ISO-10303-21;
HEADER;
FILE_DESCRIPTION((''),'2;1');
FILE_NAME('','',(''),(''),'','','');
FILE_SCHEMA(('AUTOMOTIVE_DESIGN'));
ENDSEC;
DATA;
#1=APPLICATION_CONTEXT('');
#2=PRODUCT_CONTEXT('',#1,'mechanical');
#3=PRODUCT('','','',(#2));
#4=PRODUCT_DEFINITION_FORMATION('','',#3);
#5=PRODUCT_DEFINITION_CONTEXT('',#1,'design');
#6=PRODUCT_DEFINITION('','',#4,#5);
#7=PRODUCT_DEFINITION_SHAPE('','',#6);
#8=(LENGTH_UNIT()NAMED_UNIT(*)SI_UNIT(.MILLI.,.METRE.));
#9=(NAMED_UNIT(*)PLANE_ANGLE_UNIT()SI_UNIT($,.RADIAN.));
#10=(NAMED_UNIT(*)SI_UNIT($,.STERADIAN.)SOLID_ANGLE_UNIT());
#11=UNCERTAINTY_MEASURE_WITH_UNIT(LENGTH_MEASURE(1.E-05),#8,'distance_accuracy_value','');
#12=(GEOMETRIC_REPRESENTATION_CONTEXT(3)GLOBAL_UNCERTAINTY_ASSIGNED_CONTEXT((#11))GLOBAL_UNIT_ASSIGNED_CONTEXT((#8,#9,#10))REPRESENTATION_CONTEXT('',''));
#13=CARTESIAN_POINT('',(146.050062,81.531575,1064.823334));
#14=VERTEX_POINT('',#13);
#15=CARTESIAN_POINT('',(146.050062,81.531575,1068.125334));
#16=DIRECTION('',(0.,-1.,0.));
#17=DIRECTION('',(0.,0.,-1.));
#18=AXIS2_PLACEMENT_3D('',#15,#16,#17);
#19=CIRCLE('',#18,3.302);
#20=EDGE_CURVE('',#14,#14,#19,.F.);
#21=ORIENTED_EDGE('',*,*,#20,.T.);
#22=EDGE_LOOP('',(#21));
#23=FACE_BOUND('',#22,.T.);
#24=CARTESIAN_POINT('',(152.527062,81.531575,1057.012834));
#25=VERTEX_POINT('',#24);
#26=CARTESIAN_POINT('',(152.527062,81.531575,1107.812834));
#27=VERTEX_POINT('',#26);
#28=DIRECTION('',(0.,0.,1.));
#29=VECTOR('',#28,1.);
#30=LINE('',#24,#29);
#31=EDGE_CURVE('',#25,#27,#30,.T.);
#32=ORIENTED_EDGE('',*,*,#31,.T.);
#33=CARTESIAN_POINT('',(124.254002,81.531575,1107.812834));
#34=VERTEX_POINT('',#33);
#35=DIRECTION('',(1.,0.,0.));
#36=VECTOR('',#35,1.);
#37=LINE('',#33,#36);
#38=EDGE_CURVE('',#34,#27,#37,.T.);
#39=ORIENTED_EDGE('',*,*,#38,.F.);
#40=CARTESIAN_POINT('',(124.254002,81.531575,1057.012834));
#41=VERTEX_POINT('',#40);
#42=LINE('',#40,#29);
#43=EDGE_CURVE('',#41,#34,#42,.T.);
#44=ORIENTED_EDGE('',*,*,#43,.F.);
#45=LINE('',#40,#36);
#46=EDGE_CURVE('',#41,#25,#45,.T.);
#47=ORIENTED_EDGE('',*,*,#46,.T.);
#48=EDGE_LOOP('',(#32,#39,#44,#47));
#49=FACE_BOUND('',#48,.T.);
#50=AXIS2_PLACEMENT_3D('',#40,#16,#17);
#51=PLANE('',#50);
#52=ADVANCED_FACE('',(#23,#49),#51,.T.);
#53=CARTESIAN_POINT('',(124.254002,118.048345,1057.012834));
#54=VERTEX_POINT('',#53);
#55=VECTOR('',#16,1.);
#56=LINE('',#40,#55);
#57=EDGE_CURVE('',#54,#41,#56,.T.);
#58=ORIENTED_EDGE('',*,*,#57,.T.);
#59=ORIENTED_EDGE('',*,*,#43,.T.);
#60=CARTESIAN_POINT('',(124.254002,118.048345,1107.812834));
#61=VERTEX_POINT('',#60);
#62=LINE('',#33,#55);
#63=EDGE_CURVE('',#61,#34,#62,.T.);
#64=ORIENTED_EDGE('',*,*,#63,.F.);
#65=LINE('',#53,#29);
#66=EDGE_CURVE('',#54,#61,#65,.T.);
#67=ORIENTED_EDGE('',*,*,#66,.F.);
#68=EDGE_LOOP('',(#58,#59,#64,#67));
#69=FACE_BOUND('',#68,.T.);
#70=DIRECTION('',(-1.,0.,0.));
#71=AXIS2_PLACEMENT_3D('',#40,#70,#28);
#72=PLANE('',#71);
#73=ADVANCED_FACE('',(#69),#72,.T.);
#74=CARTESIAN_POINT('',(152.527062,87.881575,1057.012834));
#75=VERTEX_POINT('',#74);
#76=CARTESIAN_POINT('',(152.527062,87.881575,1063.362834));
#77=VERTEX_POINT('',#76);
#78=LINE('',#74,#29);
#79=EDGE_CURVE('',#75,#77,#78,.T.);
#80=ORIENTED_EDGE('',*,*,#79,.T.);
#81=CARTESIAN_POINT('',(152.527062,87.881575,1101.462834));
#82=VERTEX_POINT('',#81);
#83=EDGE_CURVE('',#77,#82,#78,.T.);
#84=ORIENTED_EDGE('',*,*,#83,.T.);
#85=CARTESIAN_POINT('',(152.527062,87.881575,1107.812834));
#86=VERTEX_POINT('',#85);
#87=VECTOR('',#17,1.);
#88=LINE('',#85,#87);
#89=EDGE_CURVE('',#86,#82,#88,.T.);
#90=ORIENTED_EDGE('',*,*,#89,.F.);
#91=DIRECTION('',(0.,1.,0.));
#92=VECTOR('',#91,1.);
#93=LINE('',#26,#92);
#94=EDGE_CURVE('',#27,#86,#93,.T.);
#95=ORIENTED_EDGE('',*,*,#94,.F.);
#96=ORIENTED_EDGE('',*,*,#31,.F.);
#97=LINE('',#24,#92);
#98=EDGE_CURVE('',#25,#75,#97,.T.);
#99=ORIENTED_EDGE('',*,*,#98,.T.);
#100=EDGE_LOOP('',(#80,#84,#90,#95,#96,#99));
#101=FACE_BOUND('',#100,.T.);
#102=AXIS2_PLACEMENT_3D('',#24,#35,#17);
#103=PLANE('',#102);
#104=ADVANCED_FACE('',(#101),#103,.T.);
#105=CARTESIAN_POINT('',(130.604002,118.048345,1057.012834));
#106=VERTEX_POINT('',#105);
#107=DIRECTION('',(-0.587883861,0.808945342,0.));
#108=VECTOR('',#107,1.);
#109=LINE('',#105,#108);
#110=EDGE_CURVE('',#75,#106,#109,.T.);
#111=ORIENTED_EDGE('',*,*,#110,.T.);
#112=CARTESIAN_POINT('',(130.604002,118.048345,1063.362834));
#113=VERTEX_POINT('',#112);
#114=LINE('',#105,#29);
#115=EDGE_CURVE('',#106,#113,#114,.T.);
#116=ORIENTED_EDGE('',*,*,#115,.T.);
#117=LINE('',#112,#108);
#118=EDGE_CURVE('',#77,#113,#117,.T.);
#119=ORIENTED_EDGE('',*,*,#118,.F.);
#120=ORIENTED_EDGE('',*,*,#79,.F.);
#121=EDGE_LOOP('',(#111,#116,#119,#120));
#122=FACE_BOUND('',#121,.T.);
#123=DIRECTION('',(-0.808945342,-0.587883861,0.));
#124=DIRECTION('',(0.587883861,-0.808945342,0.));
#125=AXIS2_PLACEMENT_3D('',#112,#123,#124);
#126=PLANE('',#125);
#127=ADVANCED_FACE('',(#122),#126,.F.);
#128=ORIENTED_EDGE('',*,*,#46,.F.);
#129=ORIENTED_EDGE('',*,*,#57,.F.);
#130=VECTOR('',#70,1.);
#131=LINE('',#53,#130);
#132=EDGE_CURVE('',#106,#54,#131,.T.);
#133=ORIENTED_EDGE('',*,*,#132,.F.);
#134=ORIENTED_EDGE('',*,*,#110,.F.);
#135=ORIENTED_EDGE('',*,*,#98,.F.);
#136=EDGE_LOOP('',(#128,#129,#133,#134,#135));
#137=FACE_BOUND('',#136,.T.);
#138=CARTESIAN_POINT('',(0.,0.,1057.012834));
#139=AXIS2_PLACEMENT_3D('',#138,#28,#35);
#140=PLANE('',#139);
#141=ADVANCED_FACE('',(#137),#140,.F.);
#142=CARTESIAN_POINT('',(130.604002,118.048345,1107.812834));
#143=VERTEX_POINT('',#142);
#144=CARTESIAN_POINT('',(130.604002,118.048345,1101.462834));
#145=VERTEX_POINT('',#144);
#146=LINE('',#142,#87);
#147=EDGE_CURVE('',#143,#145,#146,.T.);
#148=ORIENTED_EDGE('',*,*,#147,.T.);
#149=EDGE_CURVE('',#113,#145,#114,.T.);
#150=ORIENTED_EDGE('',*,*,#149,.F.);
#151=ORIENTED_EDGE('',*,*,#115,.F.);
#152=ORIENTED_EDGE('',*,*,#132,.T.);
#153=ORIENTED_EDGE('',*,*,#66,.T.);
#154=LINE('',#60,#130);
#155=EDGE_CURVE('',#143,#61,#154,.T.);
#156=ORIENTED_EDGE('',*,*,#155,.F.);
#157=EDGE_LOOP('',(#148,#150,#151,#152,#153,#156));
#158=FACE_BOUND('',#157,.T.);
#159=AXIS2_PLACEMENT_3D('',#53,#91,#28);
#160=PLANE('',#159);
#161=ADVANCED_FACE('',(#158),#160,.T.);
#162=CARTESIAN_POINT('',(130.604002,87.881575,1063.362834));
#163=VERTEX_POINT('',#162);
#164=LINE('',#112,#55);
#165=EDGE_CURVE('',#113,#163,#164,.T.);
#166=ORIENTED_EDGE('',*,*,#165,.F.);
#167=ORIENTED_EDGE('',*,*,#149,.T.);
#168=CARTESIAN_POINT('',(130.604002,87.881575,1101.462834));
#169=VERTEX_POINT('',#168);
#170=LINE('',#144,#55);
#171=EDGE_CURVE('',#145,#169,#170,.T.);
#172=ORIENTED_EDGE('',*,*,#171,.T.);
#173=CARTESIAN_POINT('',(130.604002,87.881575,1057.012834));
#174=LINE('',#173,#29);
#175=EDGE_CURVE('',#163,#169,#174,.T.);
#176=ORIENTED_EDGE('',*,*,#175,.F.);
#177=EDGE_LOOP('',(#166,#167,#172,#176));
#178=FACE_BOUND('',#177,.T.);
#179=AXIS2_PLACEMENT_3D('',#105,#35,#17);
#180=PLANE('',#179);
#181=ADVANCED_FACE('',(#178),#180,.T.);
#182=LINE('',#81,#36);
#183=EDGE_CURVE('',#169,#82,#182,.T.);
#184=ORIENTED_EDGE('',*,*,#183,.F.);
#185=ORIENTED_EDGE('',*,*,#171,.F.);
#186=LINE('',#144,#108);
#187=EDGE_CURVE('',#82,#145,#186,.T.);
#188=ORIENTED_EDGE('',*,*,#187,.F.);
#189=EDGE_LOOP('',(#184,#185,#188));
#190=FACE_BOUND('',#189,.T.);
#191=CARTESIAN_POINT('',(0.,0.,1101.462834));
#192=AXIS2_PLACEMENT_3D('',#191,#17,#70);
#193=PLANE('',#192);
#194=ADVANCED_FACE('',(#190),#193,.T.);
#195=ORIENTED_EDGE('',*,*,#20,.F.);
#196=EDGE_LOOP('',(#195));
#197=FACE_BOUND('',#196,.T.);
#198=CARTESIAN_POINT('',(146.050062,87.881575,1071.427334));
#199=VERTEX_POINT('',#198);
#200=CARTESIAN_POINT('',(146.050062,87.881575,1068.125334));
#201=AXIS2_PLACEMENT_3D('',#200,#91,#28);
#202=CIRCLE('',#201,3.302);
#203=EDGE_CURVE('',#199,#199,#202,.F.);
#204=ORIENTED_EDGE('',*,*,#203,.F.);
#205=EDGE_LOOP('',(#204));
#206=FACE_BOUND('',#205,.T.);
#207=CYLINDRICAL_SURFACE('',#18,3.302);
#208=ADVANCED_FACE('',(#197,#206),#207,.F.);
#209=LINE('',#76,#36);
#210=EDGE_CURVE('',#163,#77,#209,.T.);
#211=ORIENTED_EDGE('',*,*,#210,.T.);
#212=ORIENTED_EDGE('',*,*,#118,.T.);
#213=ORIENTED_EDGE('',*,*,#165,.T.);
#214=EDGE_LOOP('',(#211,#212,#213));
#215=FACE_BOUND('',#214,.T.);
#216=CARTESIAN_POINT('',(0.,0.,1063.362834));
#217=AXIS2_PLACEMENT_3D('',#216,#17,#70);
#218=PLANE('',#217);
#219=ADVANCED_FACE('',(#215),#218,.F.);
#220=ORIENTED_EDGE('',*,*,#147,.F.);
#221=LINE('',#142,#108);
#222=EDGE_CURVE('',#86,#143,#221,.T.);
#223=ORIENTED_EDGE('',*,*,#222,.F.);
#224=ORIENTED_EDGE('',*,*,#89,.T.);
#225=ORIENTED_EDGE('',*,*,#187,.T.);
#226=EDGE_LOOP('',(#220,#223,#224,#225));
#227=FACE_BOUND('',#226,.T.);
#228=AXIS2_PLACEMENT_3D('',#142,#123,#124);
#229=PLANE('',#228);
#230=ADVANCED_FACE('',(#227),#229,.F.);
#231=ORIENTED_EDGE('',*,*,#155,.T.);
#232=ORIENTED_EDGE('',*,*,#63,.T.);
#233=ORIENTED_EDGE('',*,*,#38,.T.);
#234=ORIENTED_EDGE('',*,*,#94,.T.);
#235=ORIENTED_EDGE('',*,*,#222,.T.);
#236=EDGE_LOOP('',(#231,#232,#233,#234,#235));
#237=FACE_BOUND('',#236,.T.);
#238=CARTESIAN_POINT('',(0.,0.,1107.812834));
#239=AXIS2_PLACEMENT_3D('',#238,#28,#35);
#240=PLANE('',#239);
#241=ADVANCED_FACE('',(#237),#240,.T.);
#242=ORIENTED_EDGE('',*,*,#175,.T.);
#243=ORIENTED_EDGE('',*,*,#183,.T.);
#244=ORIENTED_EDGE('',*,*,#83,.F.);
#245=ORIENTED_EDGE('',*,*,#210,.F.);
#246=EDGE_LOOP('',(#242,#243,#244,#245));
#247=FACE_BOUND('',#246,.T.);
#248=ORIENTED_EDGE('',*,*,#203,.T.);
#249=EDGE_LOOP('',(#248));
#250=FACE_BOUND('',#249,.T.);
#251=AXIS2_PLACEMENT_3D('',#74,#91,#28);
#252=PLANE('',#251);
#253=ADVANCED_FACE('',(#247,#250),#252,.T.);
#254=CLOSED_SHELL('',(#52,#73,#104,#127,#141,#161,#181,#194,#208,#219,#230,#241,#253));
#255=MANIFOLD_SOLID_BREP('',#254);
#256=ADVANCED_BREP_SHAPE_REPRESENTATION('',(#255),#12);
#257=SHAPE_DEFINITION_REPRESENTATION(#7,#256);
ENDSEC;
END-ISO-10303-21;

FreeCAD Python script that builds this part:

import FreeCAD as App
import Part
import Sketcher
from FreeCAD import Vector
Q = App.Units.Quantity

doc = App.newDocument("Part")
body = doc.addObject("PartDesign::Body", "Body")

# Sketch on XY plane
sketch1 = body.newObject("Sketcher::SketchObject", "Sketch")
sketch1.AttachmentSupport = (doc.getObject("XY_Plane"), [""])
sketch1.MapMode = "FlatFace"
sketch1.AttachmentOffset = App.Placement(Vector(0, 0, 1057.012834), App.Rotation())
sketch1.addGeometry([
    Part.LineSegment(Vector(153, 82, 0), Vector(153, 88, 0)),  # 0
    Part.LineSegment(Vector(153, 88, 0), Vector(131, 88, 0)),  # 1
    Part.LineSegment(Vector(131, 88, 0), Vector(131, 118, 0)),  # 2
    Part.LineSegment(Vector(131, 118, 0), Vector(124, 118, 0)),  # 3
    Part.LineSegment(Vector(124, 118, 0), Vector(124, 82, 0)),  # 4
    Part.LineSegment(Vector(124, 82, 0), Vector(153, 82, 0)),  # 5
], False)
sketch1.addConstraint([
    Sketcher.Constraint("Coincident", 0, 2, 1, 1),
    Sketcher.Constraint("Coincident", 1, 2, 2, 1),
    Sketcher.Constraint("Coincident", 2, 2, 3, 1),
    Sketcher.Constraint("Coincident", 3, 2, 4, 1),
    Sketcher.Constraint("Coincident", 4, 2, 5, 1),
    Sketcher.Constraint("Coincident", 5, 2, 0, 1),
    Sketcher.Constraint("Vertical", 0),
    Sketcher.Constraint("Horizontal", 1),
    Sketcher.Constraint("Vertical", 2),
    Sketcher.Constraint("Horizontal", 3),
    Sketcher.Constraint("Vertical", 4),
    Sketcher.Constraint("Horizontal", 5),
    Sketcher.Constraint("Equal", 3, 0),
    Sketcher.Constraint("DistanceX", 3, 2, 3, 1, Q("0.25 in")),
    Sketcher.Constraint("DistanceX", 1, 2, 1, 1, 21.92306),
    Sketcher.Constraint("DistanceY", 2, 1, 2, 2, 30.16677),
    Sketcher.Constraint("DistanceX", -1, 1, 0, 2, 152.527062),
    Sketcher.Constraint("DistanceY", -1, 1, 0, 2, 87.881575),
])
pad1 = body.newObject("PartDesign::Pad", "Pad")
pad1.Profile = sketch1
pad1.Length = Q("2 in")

* * * * *

Here the job is to set down exactly the lines of the material above that fall between the one with "#218=PLANE('',#217);" and the one with "#249=EDGE_LOOP('',(#248));", inclusive, and nothing beyond them.

#218=PLANE('',#217);
#219=ADVANCED_FACE('',(#215),#218,.F.);
#220=ORIENTED_EDGE('',*,*,#147,.F.);
#221=LINE('',#142,#108);
#222=EDGE_CURVE('',#86,#143,#221,.T.);
#223=ORIENTED_EDGE('',*,*,#222,.F.);
#224=ORIENTED_EDGE('',*,*,#89,.T.);
#225=ORIENTED_EDGE('',*,*,#187,.T.);
#226=EDGE_LOOP('',(#220,#223,#224,#225));
#227=FACE_BOUND('',#226,.T.);
#228=AXIS2_PLACEMENT_3D('',#142,#123,#124);
#229=PLANE('',#228);
#230=ADVANCED_FACE('',(#227),#229,.F.);
#231=ORIENTED_EDGE('',*,*,#155,.T.);
#232=ORIENTED_EDGE('',*,*,#63,.T.);
#233=ORIENTED_EDGE('',*,*,#38,.T.);
#234=ORIENTED_EDGE('',*,*,#94,.T.);
#235=ORIENTED_EDGE('',*,*,#222,.T.);
#236=EDGE_LOOP('',(#231,#232,#233,#234,#235));
#237=FACE_BOUND('',#236,.T.);
#238=CARTESIAN_POINT('',(0.,0.,1107.812834));
#239=AXIS2_PLACEMENT_3D('',#238,#28,#35);
#240=PLANE('',#239);
#241=ADVANCED_FACE('',(#237),#240,.T.);
#242=ORIENTED_EDGE('',*,*,#175,.T.);
#243=ORIENTED_EDGE('',*,*,#183,.T.);
#244=ORIENTED_EDGE('',*,*,#83,.F.);
#245=ORIENTED_EDGE('',*,*,#210,.F.);
#246=EDGE_LOOP('',(#242,#243,#244,#245));
#247=FACE_BOUND('',#246,.T.);
#248=ORIENTED_EDGE('',*,*,#203,.T.);
#249=EDGE_LOOP('',(#248));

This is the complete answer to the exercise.